Let $$L$$ be a tangent line to the parabola $$y^2 = 4x - 20$$ at $$(6, 2)$$. If $$L$$ is also a tangent to the ellipse $$\frac{x^2}{2} + \frac{y^2}{b} = 1$$, then the value of $$b$$ is equal to:

The parabola is $$y^2 = 4x - 20 = 4(x - 5)$$. This is a parabola with vertex at $$(5, 0)$$ and parameter $$a = 1$$, opening rightward.
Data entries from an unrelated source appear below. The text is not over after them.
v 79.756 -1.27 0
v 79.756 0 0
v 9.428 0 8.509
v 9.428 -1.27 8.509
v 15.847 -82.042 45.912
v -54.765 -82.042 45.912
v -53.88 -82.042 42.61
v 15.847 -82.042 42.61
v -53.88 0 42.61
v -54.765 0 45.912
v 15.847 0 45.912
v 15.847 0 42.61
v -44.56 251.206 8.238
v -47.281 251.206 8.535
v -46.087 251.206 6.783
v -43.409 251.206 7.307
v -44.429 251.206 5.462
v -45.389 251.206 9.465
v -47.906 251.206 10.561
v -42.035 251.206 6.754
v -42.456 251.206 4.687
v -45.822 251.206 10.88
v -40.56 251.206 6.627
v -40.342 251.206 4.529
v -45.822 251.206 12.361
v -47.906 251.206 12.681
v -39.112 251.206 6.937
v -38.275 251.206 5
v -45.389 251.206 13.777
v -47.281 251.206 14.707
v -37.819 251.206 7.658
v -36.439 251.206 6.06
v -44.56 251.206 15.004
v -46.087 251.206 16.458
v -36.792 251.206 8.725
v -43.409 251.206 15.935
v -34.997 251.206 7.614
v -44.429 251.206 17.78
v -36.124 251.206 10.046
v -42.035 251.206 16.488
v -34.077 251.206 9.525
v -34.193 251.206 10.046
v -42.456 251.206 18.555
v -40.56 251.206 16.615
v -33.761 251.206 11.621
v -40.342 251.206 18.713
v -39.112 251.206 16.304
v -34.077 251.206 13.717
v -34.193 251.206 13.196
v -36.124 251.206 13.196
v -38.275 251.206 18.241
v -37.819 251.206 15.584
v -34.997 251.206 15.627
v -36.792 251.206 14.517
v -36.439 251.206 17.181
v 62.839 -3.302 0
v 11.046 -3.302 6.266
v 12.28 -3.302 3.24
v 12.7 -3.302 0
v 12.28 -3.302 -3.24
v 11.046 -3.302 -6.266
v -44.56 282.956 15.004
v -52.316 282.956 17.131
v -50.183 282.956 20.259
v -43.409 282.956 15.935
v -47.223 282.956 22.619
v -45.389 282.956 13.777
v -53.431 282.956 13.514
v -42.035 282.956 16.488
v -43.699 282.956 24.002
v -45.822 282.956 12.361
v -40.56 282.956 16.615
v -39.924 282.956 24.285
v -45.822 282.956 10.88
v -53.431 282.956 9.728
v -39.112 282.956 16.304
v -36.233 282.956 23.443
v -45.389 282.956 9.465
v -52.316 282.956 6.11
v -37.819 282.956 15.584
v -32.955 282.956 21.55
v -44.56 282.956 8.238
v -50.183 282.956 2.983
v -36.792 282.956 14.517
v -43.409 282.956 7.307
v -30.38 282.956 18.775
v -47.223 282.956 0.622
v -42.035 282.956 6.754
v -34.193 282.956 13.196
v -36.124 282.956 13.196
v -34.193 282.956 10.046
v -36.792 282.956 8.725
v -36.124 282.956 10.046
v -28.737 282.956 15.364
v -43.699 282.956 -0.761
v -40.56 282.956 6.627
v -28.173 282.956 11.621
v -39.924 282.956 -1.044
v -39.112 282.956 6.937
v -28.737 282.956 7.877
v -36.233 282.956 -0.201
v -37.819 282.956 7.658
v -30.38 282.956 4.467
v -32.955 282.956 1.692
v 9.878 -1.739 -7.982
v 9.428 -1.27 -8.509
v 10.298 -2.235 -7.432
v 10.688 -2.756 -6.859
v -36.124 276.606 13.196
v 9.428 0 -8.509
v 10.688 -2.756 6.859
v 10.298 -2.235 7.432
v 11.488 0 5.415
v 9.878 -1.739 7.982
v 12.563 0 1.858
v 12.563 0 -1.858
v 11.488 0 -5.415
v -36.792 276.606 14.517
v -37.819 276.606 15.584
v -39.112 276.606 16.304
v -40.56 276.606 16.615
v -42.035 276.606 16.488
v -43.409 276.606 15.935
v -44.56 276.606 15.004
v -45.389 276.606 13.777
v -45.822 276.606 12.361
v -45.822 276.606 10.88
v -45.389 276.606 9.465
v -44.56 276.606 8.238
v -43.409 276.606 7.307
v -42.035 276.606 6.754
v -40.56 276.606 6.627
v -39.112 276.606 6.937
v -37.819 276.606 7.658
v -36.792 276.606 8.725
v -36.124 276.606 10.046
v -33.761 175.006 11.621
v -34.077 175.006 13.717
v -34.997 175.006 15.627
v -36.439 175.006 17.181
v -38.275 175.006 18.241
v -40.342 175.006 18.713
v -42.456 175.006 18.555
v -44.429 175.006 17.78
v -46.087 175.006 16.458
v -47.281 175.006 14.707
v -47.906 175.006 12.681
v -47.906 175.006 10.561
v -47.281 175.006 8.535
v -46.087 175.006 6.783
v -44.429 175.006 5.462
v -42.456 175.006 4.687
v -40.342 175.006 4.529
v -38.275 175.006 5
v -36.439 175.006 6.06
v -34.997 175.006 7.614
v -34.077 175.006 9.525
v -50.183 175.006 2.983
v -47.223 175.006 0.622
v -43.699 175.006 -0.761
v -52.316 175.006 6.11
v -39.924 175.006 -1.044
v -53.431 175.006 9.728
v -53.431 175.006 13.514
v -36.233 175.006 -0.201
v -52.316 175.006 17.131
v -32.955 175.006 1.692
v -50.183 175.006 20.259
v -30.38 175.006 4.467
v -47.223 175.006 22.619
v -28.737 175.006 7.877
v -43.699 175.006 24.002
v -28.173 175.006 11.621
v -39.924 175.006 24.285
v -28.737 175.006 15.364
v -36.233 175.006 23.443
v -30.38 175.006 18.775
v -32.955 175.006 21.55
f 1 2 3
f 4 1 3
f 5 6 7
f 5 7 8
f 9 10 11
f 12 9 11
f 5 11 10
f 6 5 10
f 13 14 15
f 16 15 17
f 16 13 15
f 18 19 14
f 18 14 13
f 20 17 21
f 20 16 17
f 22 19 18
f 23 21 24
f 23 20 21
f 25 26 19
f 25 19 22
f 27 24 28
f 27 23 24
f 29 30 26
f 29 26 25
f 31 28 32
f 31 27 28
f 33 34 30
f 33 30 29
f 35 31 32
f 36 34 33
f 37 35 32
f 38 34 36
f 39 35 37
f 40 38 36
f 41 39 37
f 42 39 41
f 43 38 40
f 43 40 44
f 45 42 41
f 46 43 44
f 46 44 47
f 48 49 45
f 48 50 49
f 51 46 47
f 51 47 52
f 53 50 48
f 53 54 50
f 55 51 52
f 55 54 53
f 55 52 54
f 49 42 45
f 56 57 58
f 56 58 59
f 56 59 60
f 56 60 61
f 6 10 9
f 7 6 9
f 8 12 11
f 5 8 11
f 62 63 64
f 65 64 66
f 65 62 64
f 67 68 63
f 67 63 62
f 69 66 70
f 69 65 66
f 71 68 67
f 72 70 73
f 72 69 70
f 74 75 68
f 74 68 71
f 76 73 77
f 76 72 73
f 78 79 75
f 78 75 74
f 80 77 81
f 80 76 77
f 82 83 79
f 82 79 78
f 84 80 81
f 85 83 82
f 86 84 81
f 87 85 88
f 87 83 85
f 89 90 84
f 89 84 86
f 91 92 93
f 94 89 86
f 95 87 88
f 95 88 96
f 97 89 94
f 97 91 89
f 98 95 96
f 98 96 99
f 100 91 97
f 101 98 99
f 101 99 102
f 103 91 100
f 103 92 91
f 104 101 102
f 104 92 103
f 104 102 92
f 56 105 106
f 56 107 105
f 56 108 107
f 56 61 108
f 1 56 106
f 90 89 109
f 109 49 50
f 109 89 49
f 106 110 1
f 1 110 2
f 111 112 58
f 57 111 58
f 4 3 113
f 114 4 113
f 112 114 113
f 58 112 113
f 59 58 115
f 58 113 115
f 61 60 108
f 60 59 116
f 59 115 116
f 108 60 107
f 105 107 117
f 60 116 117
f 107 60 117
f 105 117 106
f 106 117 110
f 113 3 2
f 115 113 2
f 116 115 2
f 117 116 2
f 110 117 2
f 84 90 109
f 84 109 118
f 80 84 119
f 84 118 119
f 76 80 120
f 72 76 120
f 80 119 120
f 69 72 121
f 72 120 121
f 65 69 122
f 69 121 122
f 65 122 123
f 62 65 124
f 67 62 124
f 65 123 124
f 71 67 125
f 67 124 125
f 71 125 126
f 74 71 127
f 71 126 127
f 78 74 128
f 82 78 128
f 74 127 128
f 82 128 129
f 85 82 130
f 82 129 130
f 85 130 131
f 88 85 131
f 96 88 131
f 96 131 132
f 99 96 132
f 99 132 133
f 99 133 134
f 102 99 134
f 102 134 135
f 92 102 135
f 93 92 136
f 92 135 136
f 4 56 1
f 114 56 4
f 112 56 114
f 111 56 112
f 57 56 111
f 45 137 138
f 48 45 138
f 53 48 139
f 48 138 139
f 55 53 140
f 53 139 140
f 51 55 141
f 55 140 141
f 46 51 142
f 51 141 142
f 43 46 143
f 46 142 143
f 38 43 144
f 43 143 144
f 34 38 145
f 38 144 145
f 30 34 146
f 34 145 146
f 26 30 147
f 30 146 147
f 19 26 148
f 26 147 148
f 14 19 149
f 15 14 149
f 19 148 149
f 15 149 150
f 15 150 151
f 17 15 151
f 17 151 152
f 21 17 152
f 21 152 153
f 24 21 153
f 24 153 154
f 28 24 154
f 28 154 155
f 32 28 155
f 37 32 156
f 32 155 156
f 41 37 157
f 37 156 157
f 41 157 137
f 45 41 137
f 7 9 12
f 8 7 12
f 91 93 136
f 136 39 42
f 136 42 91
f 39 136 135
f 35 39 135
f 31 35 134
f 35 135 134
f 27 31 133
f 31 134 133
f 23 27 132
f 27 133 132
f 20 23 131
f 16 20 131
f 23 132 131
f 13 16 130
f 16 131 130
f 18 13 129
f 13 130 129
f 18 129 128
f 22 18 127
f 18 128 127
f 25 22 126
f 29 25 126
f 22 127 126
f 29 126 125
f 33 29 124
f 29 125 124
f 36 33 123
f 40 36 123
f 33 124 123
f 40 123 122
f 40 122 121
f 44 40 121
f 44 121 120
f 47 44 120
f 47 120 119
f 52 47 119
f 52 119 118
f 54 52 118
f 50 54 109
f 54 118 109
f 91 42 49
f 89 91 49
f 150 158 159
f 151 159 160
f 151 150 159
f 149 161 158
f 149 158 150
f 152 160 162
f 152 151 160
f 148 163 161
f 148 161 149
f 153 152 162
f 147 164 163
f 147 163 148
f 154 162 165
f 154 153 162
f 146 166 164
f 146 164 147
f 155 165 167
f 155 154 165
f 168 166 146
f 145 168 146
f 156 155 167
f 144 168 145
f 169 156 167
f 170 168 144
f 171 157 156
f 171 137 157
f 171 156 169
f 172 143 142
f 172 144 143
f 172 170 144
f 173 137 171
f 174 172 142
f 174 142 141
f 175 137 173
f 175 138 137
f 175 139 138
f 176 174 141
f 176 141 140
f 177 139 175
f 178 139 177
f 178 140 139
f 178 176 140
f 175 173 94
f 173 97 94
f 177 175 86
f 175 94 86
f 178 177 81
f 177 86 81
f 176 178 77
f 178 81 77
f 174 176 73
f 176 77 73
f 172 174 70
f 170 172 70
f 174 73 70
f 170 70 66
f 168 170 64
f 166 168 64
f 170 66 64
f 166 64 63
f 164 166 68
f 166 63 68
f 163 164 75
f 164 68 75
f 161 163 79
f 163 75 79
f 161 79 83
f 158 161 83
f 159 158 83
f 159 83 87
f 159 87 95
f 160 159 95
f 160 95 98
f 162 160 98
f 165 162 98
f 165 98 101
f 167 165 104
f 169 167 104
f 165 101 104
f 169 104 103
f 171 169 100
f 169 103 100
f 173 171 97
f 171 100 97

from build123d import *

# Parameters (mm, degrees)
F1_DEPTH  = 82.042
F2_R      = 12.7
F3_DEPTH  = 25.4
F5_DEPTH  = 3.302
F6_SIZE   = 2.032
F3_FACE_R = 12.7
F7_DEPTH  = 6.35
F9_R      = 12.7
F10_DEPTH = 76.2
F11_R     = 7.112
F12_DEPTH = 76.2


with BuildPart() as f1:
    # F0 (on Front) → F1 (new body)
    with BuildSketch(Plane.XZ):
        Polygon((-54.764774, 45.911669), (-53.880005, 42.609669), (15.847226, 42.609669), (15.847226, 45.911669), align=None)
    extrude(amount=F1_DEPTH)


with BuildPart() as f3:
    # F2 (on Front) → F3 (new body)
    with BuildSketch(Plane.XZ):
        with Locations((-40.873222, 11.620818)):
            Circle(F2_R)
        with BuildLine():
            ThreePointArc((-36.123694, 10.046018), (-45.877022, 11.620818), (-36.123694, 13.195618))
            Line((-36.123694, 13.195618), (-34.193022, 13.195618))
            Line((-34.193022, 13.195618), (-34.193022, 11.620818))
            Line((-34.193022, 11.620818), (-34.193022, 10.046018))
            Line((-34.193022, 10.046018), (-36.123694, 10.046018))
        make_face(mode=Mode.SUBTRACT)
    extrude(amount=F3_DEPTH)

    # F3_face (on face) → F7 (join)
    with BuildSketch(Plane(origin=(-40.94931, 0, 11.620818), x_dir=(1, 0, 0), z_dir=(0, 1, 0))):
        with Locations((0.076088, 0)):
            Circle(F3_FACE_R)
        with BuildLine():
            ThreePointArc((4.825616, -1.5748), (-4.927712, 0), (4.825616, 1.5748))
            Line((4.825616, 1.5748), (6.756288, 1.5748))
            Line((6.756288, 1.5748), (6.756288, -1.5748))
            Line((6.756288, -1.5748), (4.825616, -1.5748))
        make_face(mode=Mode.SUBTRACT)
    extrude(amount=F7_DEPTH)


with BuildPart() as f5:
    # F4 (on Front) → F5 (new body)
    with BuildSketch(Plane.XZ):
        with BuildLine():
            ThreePointArc((9.427986, 8.509), (12.7, 0), (9.427986, -8.509))
            Line((9.427986, -8.509), (79.756, 0))
            Line((79.756, 0), (9.427986, 8.509))
        make_face()
    extrude(amount=F5_DEPTH)

    # F6
    f6_edges = [f5.edges().sort_by_distance(p)[0] for p in [
        (44.591993, -3.302, 4.2545),
        (44.591993, -3.302, -4.2545),
    ]]
    chamfer(f6_edges, length=F6_SIZE)


with BuildPart() as f3_1:
    # F8: moved
    add(f3.part.moved(Location((0, 276.606, 0))))

    # F9 (on face) → F10 (join)
    with BuildSketch(Plane.XZ.offset(-251.206)):
        with Locations((-40.873222, 11.620818)):
            Circle(F9_R)
    extrude(amount=F10_DEPTH)

    # F11 (on face) → F12 (cut)
    with BuildSketch(Plane.XZ.offset(-175.006)):
        with Locations((-40.873222, 11.620818)):
            Circle(F11_R)
    extrude(amount=-F12_DEPTH, mode=Mode.SUBTRACT)


solid = Compound([f1.part, f5.part, f3_1.part])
To find the tangent at $$(6, 2)$$, we differentiate $$y^2 = 4(x-5)$$ implicitly: $$2y \frac{dy}{dx} = 4$$, so $$\frac{dy}{dx} = \frac{2}{y} = \frac{2}{2} = 1$$ at the point $$(6, 2)$$.

The tangent line at $$(6, 2)$$ with slope $$1$$ is: $$y - 2 = 1 \cdot (x - 6)$$, giving $$y = x - 4$$.

For this line to be tangent to the ellipse $$\frac{x^2}{2} + \frac{y^2}{b} = 1$$, we substitute $$y = x - 4$$ into the ellipse equation: $$\frac{x^2}{2} + \frac{(x-4)^2}{b} = 1$$.

Multiplying through by $$2b$$: $$bx^2 + 2(x-4)^2 = 2b$$.

Expanding: $$bx^2 + 2x^2 - 16x + 32 = 2b$$, which gives $$(b+2)x^2 - 16x + (32 - 2b) = 0$$.

For tangency, the discriminant must equal zero: $$(-16)^2 - 4(b+2)(32-2b) = 0$$.

$$256 - 4(32b - 2b^2 + 64 - 4b) = 0$$, so $$256 - 4(-2b^2 + 28b + 64) = 0$$.

$$256 + 8b^2 - 112b - 256 = 0$$, giving $$8b^2 - 112b = 0$$, so $$8b(b - 14) = 0$$.

Since $$b \neq 0$$, we get $$b = 14$$.

The answer is $$14$$, which is Option B.